__WHAT IS BEING ASKED__
A single number is needed: how many lines of the data hold the word "split".

============================================================

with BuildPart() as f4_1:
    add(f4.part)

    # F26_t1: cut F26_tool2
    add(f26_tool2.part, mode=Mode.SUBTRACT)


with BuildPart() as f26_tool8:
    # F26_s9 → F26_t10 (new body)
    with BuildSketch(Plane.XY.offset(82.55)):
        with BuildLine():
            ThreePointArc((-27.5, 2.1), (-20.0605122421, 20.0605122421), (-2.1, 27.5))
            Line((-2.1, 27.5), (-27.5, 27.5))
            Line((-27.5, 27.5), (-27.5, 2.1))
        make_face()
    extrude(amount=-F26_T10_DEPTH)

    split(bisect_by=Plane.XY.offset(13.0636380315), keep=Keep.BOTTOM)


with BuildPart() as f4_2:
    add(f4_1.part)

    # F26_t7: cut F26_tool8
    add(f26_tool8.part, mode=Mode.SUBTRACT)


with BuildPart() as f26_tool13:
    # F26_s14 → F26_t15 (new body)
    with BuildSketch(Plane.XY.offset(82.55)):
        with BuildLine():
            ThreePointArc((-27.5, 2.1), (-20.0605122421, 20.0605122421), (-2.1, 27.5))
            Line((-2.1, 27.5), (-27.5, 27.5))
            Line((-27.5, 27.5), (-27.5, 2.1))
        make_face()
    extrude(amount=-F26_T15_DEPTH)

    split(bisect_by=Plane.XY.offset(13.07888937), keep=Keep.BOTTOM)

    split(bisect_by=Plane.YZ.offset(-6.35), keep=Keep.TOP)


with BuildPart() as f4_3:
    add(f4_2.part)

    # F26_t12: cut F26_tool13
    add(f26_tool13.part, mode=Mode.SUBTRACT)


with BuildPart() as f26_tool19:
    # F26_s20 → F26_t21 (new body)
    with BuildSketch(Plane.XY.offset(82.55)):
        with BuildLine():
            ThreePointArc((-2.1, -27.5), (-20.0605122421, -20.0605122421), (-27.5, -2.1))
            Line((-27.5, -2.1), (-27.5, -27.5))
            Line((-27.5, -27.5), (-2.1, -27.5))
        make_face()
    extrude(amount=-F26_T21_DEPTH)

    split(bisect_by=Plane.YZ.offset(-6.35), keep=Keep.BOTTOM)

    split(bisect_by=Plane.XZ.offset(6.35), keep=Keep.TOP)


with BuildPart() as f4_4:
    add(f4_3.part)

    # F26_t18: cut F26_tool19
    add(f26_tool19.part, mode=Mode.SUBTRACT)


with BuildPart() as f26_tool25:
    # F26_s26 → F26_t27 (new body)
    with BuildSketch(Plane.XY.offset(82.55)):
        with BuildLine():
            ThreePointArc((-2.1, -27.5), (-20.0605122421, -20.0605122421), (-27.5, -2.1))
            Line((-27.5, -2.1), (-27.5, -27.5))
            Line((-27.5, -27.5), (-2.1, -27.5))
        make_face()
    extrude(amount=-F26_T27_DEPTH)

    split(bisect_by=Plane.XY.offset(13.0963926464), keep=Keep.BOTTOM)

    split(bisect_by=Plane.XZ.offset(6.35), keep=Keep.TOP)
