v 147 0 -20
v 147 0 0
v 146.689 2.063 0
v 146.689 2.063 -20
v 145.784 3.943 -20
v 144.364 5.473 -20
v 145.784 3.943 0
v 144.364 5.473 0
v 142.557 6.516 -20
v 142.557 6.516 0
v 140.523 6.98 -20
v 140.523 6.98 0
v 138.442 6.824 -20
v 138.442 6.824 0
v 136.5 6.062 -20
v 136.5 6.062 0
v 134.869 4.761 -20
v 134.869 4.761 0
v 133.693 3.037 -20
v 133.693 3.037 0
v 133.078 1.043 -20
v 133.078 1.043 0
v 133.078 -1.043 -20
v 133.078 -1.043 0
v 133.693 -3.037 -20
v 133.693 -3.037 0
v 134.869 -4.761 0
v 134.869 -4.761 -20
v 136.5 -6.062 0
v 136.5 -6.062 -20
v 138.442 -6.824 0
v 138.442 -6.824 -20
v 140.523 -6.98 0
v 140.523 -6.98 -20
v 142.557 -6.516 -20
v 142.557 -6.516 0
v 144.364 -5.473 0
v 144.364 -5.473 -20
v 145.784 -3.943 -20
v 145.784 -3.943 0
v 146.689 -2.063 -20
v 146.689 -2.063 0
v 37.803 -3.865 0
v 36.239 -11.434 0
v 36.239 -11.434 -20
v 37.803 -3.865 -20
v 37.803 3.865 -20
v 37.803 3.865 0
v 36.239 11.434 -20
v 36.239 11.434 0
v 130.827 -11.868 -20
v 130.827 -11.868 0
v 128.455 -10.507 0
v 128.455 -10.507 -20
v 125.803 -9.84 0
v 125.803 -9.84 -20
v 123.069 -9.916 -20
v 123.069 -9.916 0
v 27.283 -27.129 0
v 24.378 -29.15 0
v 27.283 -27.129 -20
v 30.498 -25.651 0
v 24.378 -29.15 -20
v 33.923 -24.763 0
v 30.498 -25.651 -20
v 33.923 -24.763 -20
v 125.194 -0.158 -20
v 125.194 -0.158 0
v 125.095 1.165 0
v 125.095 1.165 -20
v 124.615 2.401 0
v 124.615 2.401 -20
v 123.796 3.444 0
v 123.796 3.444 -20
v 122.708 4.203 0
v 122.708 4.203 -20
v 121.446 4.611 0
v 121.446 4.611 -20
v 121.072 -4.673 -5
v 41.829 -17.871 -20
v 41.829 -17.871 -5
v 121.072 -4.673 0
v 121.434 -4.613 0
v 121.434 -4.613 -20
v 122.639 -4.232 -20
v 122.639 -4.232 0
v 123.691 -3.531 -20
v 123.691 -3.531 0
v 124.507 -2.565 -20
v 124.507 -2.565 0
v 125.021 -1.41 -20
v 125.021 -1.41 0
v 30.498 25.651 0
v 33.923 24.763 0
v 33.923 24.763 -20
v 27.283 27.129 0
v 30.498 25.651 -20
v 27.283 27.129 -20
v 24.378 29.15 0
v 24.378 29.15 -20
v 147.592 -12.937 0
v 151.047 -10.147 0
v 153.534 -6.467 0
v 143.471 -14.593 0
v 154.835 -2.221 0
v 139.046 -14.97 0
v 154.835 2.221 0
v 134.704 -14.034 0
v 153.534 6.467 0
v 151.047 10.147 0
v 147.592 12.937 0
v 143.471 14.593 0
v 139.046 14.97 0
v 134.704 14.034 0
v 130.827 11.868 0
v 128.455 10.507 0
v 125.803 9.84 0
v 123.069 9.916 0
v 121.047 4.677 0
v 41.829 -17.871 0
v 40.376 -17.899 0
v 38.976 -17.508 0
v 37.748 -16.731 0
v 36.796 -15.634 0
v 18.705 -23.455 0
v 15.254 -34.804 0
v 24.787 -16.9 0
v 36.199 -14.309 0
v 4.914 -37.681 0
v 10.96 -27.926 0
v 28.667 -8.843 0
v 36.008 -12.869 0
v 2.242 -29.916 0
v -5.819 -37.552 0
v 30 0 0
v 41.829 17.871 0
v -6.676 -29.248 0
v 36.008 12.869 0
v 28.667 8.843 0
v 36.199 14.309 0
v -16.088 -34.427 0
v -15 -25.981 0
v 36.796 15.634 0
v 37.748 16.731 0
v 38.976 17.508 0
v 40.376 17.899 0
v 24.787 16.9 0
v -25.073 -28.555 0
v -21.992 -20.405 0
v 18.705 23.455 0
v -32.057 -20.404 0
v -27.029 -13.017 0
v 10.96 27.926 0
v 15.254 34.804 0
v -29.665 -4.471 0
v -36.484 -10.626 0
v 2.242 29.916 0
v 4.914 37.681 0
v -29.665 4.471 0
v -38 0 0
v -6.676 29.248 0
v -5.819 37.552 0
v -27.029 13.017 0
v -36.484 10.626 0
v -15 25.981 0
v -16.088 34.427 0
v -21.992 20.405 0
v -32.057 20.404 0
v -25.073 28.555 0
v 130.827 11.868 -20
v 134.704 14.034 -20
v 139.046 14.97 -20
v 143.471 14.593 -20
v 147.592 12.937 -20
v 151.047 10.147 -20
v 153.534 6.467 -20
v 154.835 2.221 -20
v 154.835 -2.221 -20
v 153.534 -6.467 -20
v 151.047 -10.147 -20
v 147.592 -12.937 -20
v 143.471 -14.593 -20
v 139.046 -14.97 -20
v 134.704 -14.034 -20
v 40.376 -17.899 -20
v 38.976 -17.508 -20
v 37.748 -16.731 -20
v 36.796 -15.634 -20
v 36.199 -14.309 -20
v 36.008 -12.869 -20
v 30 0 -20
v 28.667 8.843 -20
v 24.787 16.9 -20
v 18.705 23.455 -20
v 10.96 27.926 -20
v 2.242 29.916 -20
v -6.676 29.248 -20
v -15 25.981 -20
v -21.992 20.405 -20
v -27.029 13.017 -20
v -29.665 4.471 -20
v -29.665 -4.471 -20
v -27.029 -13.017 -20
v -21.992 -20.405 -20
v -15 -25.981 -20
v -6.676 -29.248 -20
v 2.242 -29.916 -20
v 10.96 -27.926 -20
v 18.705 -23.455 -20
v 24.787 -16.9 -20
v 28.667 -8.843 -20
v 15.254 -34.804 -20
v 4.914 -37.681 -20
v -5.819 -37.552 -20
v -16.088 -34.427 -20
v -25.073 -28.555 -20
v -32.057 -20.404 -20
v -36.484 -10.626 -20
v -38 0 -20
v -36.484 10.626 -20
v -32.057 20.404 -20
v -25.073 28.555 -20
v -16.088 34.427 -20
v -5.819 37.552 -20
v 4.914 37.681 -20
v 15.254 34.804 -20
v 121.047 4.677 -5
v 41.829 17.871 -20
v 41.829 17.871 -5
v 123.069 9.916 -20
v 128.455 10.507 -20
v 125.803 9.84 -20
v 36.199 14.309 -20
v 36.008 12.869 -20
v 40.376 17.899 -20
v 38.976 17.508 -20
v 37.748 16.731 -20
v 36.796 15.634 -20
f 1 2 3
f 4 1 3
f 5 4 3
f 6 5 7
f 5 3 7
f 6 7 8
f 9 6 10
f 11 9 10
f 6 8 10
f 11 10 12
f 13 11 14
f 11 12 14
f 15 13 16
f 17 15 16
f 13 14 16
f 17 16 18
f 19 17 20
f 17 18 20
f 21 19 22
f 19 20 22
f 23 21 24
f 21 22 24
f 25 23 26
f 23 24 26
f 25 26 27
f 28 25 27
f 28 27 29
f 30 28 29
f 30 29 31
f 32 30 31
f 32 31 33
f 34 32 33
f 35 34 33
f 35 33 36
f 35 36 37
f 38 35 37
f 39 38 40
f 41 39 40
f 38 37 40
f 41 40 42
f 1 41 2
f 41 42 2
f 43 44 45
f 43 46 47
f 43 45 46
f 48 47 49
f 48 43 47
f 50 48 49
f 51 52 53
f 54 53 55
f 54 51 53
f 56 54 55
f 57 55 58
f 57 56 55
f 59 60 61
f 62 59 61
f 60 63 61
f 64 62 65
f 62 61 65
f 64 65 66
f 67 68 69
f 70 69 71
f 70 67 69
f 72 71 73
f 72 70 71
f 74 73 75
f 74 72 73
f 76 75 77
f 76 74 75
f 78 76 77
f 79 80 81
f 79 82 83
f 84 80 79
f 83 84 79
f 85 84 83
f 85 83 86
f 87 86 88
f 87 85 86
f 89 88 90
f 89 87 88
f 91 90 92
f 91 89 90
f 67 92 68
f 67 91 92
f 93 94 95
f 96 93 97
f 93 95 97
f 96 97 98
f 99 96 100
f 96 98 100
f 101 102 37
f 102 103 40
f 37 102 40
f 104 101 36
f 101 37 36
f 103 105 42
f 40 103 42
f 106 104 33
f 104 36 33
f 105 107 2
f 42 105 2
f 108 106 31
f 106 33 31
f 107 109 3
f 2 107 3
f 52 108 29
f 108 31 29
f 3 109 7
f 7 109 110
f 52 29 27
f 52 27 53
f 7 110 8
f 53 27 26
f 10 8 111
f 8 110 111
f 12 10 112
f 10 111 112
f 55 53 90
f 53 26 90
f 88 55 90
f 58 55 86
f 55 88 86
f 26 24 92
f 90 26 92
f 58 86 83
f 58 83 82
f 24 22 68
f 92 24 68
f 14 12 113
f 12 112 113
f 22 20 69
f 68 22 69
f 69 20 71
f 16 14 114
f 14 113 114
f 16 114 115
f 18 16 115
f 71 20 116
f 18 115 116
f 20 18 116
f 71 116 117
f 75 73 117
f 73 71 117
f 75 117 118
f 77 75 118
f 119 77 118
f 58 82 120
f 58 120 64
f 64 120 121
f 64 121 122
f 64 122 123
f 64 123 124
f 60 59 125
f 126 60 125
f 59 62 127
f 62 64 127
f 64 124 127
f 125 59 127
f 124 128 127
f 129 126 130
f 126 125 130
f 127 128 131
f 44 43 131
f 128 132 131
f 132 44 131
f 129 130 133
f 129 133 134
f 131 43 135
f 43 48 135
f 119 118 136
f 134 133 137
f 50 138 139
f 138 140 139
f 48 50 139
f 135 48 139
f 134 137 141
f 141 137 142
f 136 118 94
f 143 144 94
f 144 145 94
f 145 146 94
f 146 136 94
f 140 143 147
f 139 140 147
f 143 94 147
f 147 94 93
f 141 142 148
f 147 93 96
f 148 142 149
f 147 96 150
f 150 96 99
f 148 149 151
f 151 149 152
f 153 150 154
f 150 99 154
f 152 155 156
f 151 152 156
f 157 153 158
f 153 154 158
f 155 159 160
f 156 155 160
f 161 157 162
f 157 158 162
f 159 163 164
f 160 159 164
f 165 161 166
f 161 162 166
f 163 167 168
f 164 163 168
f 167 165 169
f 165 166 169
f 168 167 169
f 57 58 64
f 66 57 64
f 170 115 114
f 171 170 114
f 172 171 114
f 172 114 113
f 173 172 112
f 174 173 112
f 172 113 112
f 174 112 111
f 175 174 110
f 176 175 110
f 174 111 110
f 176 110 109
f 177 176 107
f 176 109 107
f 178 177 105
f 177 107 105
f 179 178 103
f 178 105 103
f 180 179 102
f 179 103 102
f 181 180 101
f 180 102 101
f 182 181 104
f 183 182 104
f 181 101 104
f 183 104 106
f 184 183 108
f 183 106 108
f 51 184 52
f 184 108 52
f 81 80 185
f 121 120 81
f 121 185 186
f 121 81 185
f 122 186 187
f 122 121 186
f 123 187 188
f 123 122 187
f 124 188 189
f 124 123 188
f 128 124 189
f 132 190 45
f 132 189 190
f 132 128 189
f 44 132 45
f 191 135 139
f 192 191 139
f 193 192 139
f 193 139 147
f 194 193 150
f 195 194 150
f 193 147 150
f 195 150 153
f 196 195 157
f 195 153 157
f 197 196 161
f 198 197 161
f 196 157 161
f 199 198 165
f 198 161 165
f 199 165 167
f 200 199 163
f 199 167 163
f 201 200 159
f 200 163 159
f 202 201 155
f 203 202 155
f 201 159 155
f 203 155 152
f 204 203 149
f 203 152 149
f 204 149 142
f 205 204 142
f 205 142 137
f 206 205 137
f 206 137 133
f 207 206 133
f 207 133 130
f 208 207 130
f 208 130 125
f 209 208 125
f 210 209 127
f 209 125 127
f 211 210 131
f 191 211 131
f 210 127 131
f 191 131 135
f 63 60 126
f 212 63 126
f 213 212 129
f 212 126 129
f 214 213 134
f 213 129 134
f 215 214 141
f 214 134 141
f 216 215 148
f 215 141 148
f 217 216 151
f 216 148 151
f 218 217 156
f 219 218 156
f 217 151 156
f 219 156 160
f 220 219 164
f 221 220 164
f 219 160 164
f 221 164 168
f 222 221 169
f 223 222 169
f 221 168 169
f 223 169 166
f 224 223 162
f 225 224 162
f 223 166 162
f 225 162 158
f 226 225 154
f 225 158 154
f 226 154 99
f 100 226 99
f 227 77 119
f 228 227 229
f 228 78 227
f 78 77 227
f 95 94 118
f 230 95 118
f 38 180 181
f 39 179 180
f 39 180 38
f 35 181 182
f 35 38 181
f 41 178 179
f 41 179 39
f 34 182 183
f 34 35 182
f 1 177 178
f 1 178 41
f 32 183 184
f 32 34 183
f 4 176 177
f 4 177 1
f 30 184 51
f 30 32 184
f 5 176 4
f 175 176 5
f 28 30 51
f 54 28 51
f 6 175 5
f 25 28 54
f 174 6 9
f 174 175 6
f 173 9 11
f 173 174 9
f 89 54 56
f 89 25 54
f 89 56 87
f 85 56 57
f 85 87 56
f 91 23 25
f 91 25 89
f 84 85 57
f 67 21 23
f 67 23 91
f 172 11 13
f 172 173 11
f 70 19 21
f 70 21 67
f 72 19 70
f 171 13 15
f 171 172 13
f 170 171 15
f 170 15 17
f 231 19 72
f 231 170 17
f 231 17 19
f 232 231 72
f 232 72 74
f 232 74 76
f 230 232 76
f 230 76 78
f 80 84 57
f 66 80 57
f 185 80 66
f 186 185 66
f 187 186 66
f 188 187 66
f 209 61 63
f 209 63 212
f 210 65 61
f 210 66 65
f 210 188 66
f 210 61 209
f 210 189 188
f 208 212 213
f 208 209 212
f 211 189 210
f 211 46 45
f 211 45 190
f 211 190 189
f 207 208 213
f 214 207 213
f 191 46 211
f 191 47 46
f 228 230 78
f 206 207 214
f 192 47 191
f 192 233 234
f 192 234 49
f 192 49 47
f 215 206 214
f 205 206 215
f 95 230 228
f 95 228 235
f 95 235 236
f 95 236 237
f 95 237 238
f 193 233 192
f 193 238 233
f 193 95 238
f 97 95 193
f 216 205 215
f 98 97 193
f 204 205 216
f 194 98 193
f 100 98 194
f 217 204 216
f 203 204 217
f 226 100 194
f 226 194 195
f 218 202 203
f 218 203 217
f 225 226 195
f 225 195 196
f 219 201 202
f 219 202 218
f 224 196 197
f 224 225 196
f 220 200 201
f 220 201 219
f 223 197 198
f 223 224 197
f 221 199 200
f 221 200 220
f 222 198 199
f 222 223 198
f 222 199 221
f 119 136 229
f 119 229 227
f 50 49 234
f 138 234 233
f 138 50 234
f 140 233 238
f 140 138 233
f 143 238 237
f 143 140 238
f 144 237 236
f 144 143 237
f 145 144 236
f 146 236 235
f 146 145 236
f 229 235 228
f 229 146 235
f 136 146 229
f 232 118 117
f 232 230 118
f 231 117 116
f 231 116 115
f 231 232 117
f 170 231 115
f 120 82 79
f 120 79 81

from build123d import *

# Parameters (mm, degrees)
SKETCH1_R          = 30
SKETCH1_R_2        = 7
BASE_EXTRUDE_DEPTH = 20
FILLET1_R          = 10
FILLET2_R          = 20
CUT_EXTRUDE1_DEPTH = 5
CUT_EXTRUDE2_DEPTH = 21


with BuildPart() as part:
    # Sketch1 → Base-Extrude (new body)
    with BuildSketch(Plane.XY):
        with BuildLine():
            Line((27.935473676, 25.760615491), (128.063755469, 9.084385863))
            ThreePointArc((128.063755469, 9.084385863), (155, 0), (128.063755469, -9.084385863))
            Line((128.063755469, -9.084385863), (27.935473676, -25.760615491))
            ThreePointArc((27.935473676, -25.760615491), (-38, 0), (27.935473676, 25.760615491))
        make_face()
        Circle(SKETCH1_R, mode=Mode.SUBTRACT)
        with Locations((140, 0)):
            Circle(SKETCH1_R_2, mode=Mode.SUBTRACT)
    extrude(amount=-BASE_EXTRUDE_DEPTH)

    # Fillet1
    fillet1_edges = [part.edges().sort_by_distance(p)[0] for p in [
        (128.063755469, 9.084385863, -10),
        (128.063755469, -9.084385863, -10),
    ]]
    fillet(fillet1_edges, radius=FILLET1_R)

    # Fillet2
    fillet2_edges = [part.edges().sort_by_distance(p)[0] for p in [
        (27.935473676, 25.760615491, -10),
        (27.935473676, -25.760615491, -10),
    ]]
    fillet(fillet2_edges, radius=FILLET2_R)

    # Sketch2 → Cut-Extrude1 (cut)
    with BuildSketch(Plane.XY):
        with BuildLine():
            Line((41.828554558, 17.870982725), (121.046940728, 4.677267873))
            ThreePointArc((121.046940728, 4.677267873), (123.741079282, 3.147292859), (124.807655013, 0.238406077))
            ThreePointArc((124.807655013, 0.238406077), (123.914202634, -2.958553332), (121.071833732, -4.673121977))
            Line((121.071833732, -4.673121977), (41.828554558, -17.870982725))
            ThreePointArc((41.828554558, -17.870982725), (37.231968897, -16.217361812), (36.238855523, -11.43439331))
            ThreePointArc((36.238855523, -11.43439331), (38, 0), (36.238855523, 11.43439331))
            ThreePointArc((36.238855523, 11.43439331), (37.231968897, 16.217361812), (41.828554558, 17.870982725))
        make_face()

============================================================

__SOLUTION TO THE EXERCISE__
7